Jerry Sandusky: Guilty Before Proven Innocent?

Lake CruiseAnalyst INovember 13, 2011

STATE COLLEGE, PA - NOVEMBER 10: Penn State students gather at Old Main, at the center of Penn State University's campus, to express solidarity with the alleged rape victims following a night of rioting in response to the firing of head football coach Joe Paterno in the wake of the Jerry Sandusky scandal November 10, 2011 in State College, Pennsylvania. 14,000 students took to the streets to express their feelings about the handling of the situation. Paterno was fired amid allegations that former former Penn State defensive coordinator Jerry Sandusky was involved with child sex abuse.  (Photo by Jeff Swensen/Getty Images)
Jeff Swensen/Getty Images

Has Jerry Sandusky been virtually sentenced to prison in the court of public opinion? To be sure, every college football analyst on television has voiced an opinion about the appalling accusations hurled Sandusky’s way.

But is virtually convicting a man—deciding he’s guilty before he’s been given a chance at due process of the law—the American way? While emotions run high, it would be wise for everyone to remember that the United States is still a republic.

For anyone who believes this is a democracy, then please read the U.S. Constitution, Article Four, Section Four. While there is often a blurry and thin line between a republic and a democracy, our Union is certainly supposed to be “one nation under God.”

While sexual abuse of children is often alleged of men who are supposed to be caretakers of God’s people, i.e., Roman Catholic priests, this rarely happens in college football—especially at supposedly pristine Penn State.

Like the myth of a totally pristine clergy, the PSU being perfect myth has also been wiped off the books for some people, I feel confident in saying. Still, there are some college football coaches who are almost like pagan gods and will continue to wield power over “sheeple.”

We, the people, can’t afford to keep falling into the trap of blindly following strong leaders and believing everything we’re told. That’s why the one nation under God part of the Pledge of Allegiance is important.

It’s not one nation under gods. There is only one true God, regardless of what name believers ascribe to him. Further, there shouldn’t be a pantheon of college football coaches who receive more praise than the Creator of us all.

STATE COLLEGE, PA - OCTOBER 29:  Michael Zordich #9 of the Penn State Nittany Lions carries the ball against the Illinois Fighting Illini during the game on October 29, 2011 at Beaver Stadium in State College, Pennsylvania.  (Photo by Justin K. Aller/Gett
Justin K. Aller/Getty Images

Yes, some students, faculty and officials apparently created an environment where men like Sandusky were worthy to be praised. He was a highly trusted individual for years in State College, Pennsylvania.

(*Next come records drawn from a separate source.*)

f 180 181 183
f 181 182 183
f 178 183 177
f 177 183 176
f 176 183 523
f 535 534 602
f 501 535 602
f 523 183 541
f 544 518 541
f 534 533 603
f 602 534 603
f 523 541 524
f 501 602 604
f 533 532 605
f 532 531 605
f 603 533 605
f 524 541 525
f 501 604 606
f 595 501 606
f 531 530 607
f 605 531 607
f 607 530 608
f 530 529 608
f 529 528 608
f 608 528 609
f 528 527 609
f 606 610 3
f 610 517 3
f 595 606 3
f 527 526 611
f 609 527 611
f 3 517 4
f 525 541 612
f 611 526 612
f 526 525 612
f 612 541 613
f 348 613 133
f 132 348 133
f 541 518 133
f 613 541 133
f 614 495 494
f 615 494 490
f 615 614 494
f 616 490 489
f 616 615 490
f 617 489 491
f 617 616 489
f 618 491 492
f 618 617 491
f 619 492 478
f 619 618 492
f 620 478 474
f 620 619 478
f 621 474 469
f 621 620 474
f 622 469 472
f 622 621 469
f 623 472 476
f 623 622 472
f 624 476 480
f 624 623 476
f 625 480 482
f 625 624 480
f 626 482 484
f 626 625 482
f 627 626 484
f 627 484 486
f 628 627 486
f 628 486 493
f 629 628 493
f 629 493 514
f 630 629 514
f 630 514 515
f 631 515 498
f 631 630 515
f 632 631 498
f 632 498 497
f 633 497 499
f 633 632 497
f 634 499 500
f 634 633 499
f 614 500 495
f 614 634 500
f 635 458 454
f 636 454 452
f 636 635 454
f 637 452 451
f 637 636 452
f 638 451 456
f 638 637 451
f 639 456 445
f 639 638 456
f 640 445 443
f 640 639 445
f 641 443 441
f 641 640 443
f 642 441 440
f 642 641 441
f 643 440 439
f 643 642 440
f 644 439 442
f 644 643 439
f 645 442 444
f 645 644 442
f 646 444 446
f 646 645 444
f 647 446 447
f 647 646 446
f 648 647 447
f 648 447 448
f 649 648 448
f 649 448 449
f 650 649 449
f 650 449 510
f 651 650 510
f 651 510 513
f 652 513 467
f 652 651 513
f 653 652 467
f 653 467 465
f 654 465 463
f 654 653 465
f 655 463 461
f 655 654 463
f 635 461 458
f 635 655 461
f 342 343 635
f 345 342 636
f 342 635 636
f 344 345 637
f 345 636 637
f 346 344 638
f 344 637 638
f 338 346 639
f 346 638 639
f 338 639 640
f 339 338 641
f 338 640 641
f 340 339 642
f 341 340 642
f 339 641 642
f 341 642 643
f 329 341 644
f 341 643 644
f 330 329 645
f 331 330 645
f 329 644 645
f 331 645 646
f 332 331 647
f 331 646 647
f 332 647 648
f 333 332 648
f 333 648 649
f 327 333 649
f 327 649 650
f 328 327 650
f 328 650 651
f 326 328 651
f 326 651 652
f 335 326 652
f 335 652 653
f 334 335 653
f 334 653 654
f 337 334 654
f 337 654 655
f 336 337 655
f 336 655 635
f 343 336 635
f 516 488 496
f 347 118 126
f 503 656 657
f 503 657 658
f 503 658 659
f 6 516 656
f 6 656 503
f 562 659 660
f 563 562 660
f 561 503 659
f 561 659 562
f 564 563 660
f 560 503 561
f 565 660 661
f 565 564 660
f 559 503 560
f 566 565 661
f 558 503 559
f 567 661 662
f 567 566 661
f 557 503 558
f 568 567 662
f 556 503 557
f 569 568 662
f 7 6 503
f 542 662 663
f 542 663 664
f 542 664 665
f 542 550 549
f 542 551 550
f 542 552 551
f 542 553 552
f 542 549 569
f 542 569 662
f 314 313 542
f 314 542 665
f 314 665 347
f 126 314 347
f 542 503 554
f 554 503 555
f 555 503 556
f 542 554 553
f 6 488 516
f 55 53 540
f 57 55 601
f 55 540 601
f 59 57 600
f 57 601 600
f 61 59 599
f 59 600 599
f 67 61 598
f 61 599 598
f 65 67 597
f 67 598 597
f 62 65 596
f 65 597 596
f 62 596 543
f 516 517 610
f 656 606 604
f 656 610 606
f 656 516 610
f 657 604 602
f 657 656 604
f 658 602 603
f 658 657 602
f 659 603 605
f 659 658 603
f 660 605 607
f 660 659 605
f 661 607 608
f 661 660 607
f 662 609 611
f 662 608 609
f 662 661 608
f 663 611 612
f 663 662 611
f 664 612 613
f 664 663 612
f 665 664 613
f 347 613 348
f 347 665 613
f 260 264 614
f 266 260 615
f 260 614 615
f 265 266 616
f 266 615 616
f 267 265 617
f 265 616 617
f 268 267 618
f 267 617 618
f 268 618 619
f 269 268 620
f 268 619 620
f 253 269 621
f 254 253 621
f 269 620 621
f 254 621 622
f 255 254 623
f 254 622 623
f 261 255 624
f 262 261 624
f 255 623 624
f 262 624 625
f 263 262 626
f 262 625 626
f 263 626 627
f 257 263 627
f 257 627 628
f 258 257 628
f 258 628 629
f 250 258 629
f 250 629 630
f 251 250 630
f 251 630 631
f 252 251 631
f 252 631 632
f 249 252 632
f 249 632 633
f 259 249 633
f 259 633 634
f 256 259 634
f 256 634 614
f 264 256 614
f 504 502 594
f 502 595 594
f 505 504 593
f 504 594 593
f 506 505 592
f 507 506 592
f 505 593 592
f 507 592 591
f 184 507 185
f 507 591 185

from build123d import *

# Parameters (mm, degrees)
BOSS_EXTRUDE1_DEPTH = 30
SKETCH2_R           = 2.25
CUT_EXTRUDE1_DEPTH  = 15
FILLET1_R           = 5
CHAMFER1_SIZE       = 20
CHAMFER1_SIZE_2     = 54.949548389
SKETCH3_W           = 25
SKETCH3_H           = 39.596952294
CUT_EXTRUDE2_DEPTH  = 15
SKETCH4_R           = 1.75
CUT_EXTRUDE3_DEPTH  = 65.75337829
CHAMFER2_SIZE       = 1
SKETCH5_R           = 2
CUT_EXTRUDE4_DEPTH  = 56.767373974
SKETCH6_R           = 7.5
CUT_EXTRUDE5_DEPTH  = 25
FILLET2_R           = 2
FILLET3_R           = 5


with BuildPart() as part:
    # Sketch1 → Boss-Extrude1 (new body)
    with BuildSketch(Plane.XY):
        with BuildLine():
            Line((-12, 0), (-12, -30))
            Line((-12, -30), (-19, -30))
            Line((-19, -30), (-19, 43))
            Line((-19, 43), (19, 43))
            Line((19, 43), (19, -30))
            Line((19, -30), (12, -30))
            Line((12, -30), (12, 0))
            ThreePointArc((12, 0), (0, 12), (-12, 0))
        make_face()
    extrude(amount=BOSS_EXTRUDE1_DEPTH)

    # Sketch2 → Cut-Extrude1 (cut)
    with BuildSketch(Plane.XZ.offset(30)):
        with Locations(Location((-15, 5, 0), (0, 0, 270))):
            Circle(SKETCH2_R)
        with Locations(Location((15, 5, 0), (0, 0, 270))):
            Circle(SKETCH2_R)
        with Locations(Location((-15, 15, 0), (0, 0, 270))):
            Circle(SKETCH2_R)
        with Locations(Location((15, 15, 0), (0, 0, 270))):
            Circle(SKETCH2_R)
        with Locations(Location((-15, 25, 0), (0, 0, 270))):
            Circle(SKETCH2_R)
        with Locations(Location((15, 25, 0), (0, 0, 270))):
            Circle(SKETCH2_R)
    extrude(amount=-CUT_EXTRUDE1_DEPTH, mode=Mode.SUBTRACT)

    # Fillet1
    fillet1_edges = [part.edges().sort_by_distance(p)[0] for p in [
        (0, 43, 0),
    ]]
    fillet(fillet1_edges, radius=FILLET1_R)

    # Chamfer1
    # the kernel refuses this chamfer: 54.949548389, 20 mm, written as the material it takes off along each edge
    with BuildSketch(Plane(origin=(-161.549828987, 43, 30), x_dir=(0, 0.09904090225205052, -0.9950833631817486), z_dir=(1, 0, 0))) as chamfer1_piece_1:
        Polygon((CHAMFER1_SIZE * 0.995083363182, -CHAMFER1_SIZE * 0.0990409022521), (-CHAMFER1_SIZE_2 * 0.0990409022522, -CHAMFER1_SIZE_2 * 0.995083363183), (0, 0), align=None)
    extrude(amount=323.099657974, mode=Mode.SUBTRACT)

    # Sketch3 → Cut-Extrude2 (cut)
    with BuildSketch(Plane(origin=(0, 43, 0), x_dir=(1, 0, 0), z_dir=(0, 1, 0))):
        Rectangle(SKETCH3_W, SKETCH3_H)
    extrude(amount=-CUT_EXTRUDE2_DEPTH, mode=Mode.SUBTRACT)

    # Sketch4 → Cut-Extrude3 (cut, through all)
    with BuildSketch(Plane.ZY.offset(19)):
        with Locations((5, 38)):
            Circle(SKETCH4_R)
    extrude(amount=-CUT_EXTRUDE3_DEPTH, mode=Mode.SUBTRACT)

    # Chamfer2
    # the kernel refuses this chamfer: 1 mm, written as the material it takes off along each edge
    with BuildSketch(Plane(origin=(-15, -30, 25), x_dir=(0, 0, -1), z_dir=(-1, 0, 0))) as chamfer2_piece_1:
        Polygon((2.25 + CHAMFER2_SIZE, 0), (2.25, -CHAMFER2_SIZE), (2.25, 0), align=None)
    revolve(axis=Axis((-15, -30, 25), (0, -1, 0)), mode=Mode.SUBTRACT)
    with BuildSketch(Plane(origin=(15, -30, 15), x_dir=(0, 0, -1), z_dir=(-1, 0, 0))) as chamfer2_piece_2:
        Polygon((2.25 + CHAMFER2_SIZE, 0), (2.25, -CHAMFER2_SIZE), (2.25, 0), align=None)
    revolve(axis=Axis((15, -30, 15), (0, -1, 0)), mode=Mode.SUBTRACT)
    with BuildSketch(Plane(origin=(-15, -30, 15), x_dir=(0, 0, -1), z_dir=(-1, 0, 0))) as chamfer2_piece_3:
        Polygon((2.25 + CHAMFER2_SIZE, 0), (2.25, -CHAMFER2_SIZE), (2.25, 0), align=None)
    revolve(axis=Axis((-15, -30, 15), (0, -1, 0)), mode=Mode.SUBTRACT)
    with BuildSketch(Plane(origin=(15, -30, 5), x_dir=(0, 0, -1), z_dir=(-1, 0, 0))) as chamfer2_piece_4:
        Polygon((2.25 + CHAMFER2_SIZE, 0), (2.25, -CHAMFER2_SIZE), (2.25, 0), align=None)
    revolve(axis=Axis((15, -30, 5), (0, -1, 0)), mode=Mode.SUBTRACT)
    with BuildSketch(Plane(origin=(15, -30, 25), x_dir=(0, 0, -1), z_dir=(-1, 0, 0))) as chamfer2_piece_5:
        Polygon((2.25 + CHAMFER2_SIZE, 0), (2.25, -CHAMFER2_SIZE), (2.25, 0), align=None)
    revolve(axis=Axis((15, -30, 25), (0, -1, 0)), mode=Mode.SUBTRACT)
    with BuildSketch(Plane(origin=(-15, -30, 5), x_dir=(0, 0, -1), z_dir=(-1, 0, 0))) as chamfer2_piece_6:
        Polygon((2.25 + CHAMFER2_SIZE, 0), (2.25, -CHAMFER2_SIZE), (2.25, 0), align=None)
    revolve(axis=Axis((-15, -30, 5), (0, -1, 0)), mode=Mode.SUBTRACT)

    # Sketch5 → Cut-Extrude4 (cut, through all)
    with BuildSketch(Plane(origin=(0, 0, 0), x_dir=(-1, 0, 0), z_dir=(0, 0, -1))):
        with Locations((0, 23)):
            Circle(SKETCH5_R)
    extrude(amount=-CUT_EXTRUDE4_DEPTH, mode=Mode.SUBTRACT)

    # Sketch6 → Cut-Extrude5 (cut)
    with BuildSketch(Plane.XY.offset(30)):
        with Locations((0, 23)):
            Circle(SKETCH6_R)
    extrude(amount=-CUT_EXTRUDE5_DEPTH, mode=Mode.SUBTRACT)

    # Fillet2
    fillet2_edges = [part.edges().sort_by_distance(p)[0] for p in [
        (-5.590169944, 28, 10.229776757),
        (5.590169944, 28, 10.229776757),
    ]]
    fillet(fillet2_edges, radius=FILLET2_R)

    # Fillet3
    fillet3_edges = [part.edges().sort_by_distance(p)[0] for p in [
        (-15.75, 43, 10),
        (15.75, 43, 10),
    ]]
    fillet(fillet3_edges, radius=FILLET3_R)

And if the allegations against Sandusky are true, and not created, then obviously what’s missing in Sandusky’s life is a reverence for Almighty God. There is no way a man accused of such disgusting allegations, if true, can claim to be a follower of the Creator.

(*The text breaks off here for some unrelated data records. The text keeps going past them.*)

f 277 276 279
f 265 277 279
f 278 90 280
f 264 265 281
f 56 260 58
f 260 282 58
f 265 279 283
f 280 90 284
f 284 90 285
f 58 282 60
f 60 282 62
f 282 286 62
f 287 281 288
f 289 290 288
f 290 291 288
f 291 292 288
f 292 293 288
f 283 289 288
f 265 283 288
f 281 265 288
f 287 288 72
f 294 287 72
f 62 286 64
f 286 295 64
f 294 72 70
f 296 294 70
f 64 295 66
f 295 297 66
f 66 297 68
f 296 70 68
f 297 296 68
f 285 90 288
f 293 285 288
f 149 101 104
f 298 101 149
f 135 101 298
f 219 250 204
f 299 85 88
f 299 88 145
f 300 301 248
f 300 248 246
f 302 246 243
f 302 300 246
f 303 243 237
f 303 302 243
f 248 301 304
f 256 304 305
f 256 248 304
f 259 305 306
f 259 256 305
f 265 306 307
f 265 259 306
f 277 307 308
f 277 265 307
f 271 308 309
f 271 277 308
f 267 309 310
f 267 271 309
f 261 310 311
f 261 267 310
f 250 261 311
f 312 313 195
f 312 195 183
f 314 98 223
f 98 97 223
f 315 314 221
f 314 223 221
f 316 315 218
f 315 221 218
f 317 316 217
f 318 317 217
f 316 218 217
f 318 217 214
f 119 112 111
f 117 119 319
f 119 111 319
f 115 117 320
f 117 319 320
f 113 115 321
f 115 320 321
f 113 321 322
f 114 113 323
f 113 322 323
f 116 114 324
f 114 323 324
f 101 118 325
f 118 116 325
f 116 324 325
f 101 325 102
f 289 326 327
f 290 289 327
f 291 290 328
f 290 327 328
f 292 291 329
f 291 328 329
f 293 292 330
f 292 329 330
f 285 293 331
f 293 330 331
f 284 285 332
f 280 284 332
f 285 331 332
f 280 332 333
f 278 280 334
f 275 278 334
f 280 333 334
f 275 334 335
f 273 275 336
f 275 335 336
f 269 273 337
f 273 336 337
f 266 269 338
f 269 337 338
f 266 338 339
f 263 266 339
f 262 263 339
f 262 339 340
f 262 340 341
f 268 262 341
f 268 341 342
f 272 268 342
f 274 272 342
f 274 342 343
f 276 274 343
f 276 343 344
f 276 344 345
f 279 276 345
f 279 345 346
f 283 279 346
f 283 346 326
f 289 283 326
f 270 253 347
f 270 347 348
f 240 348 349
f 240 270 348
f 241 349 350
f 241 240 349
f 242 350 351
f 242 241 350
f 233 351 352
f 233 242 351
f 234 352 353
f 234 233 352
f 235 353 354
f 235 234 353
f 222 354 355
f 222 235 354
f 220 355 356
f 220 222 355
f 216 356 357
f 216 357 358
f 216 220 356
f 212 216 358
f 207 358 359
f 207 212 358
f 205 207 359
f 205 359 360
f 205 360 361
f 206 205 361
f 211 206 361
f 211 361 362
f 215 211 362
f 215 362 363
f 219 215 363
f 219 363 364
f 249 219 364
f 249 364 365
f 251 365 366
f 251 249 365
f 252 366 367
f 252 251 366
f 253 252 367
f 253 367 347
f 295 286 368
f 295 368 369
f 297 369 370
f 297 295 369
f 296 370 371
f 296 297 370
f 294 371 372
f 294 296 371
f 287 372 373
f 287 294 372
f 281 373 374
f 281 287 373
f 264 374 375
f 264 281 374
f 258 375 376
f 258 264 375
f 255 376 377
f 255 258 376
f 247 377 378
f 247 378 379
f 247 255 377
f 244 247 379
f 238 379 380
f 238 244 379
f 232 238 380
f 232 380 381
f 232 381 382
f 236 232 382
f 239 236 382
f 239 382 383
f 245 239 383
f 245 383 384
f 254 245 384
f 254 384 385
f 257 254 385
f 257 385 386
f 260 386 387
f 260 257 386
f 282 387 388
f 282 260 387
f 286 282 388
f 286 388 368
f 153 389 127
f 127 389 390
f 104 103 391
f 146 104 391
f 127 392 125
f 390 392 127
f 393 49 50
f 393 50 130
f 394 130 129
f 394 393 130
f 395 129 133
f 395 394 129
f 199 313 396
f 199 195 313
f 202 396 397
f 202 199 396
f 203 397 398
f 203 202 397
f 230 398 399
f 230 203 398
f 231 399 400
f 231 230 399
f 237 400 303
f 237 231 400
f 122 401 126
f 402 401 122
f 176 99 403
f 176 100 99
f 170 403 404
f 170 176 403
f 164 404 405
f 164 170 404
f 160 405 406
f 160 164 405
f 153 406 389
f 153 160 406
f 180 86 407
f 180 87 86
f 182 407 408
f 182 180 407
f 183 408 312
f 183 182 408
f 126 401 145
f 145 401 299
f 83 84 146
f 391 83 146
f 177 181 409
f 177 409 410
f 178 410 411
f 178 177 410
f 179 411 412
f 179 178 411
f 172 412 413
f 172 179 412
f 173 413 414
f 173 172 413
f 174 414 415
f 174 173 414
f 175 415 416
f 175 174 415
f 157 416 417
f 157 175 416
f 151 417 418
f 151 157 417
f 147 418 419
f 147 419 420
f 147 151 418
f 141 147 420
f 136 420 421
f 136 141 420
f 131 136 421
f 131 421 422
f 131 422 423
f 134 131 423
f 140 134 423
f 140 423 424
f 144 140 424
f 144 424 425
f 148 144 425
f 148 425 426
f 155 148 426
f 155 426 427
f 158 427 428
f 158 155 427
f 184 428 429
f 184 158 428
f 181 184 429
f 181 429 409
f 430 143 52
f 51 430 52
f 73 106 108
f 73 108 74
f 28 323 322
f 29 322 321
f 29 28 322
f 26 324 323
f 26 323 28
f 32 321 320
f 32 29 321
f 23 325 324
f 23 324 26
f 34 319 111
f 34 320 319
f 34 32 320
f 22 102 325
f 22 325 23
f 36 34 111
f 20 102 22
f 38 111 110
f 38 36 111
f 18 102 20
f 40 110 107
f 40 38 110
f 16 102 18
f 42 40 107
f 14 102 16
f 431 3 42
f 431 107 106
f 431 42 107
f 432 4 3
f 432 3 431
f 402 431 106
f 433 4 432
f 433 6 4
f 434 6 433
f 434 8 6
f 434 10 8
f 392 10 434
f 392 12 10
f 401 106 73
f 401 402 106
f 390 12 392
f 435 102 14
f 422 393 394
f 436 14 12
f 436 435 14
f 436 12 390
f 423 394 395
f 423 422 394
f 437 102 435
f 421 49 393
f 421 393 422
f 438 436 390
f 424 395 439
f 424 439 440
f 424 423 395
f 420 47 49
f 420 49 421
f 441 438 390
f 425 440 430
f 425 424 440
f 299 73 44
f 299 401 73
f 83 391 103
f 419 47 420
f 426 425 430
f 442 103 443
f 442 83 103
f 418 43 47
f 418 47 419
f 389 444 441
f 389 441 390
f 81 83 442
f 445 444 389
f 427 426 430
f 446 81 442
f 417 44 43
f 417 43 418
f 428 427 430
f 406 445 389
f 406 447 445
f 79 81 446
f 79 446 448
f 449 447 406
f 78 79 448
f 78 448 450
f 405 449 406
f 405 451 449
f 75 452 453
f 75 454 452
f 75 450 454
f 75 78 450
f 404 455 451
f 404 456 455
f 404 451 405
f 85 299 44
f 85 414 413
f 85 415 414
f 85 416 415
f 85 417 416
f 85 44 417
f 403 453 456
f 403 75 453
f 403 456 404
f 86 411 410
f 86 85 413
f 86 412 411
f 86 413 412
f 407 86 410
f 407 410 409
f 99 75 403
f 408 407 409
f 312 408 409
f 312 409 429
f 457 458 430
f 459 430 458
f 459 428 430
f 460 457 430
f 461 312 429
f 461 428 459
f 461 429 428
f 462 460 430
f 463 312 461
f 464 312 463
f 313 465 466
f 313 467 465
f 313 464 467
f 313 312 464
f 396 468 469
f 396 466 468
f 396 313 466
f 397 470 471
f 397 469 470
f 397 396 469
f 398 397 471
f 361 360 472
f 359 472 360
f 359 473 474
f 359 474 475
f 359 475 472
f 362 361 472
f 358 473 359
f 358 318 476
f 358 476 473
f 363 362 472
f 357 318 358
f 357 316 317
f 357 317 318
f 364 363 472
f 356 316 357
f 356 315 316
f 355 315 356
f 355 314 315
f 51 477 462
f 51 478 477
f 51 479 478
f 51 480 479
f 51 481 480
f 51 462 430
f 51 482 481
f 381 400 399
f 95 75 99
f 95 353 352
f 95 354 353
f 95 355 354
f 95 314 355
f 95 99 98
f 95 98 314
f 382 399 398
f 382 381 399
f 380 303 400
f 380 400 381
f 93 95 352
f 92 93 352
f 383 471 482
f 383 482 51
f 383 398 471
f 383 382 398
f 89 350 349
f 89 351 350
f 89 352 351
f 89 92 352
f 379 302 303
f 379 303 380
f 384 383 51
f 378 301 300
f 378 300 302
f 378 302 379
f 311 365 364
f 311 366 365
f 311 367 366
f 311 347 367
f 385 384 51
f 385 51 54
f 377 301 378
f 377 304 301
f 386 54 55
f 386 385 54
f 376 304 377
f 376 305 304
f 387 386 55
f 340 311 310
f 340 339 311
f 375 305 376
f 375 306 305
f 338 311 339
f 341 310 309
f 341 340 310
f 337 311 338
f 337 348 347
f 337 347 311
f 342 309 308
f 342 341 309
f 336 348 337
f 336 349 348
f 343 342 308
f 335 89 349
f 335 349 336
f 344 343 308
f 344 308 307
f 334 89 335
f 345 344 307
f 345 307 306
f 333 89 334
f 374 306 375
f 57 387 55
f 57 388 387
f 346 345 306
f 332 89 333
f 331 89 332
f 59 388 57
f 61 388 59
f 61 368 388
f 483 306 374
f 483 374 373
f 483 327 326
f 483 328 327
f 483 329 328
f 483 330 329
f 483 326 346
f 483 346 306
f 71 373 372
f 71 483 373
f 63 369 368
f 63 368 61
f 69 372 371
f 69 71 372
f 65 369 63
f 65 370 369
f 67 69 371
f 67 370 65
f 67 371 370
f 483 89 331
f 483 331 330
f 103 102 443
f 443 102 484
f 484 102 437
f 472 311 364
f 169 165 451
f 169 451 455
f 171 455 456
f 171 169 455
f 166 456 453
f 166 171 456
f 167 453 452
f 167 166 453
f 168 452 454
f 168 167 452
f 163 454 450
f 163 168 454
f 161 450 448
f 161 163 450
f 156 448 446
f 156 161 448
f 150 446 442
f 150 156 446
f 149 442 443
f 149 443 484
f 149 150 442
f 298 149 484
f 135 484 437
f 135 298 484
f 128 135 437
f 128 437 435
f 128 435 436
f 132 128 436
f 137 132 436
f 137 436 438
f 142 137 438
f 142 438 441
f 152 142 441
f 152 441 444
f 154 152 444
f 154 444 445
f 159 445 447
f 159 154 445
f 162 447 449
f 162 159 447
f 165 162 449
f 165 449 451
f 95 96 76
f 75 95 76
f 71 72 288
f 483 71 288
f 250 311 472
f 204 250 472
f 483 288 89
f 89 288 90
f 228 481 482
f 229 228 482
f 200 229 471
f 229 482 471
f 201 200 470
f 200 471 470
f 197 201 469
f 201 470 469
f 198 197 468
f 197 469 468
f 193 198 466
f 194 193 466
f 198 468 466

On the other hand, people who are following this fall-out should remember that for the Republic for which it stands, the Constitution is still supposed to be the law of the land.

The Bill of Rights, the 14th and the Eighth Amendments to the United States Constitution guarantees due process to governments and private citizens. In other words, Sandusky, no matter what you think about him, has the right to a fair trial.

Diametrically opposed to fairness and freedom is tyranny and total control through some forms of “isms”—namely fascism and socialism. Americans shouldn’t be convicting anyone before that person has his or her days in court.

We’ve been through those days and they weren’t pretty. That era was called mob-rule and lynching was the order of the day.

In sharp contrast, I’m not defending or lynching the accused, Jerry Sandusky. I wouldn’t defend any scum who has been proven to have sexually abused anyone, especially a child.

As a parent with a young daughter, I’m willing to say I understand the feelings of the alleged victims and their families in the Sandusky case as much as anyone. Emotions must, however, give way to clear thinking. You see, if he’s guilty, then he’ll hopefully be imprisoned for the length of time he deserves.

STATE COLLEGE, PA - NOVEMBER 11: Penn State Concert Choir members Laurel Smail (L) and Alison Geesey hug after singing the school alma mater on campus in the wake of the Jerry Sandusky scandal on November 11, 2011 in State College, Pennsylvania. The choir
Mario Tama/Getty Images

Even among hardened criminals in the nation’s most violent prisons, there is a code of ethics that states child molesters aren’t to be tolerated behind bars. “Chesters,” as my friends and I once labeled child molesters, are the lowest form of humanity even in prison.

You see, justice is better served through the due process of the law every time. The court of public opinion can easily become the mob of lynching and revolution.

And that is now what America needs. Now, has Sandusky been convicted already in the court of public opinion? I don’t know, but if you’ve already convicted him as an individual, then ask yourself if your process is the American way?

I hope your answer is a resounding “no.”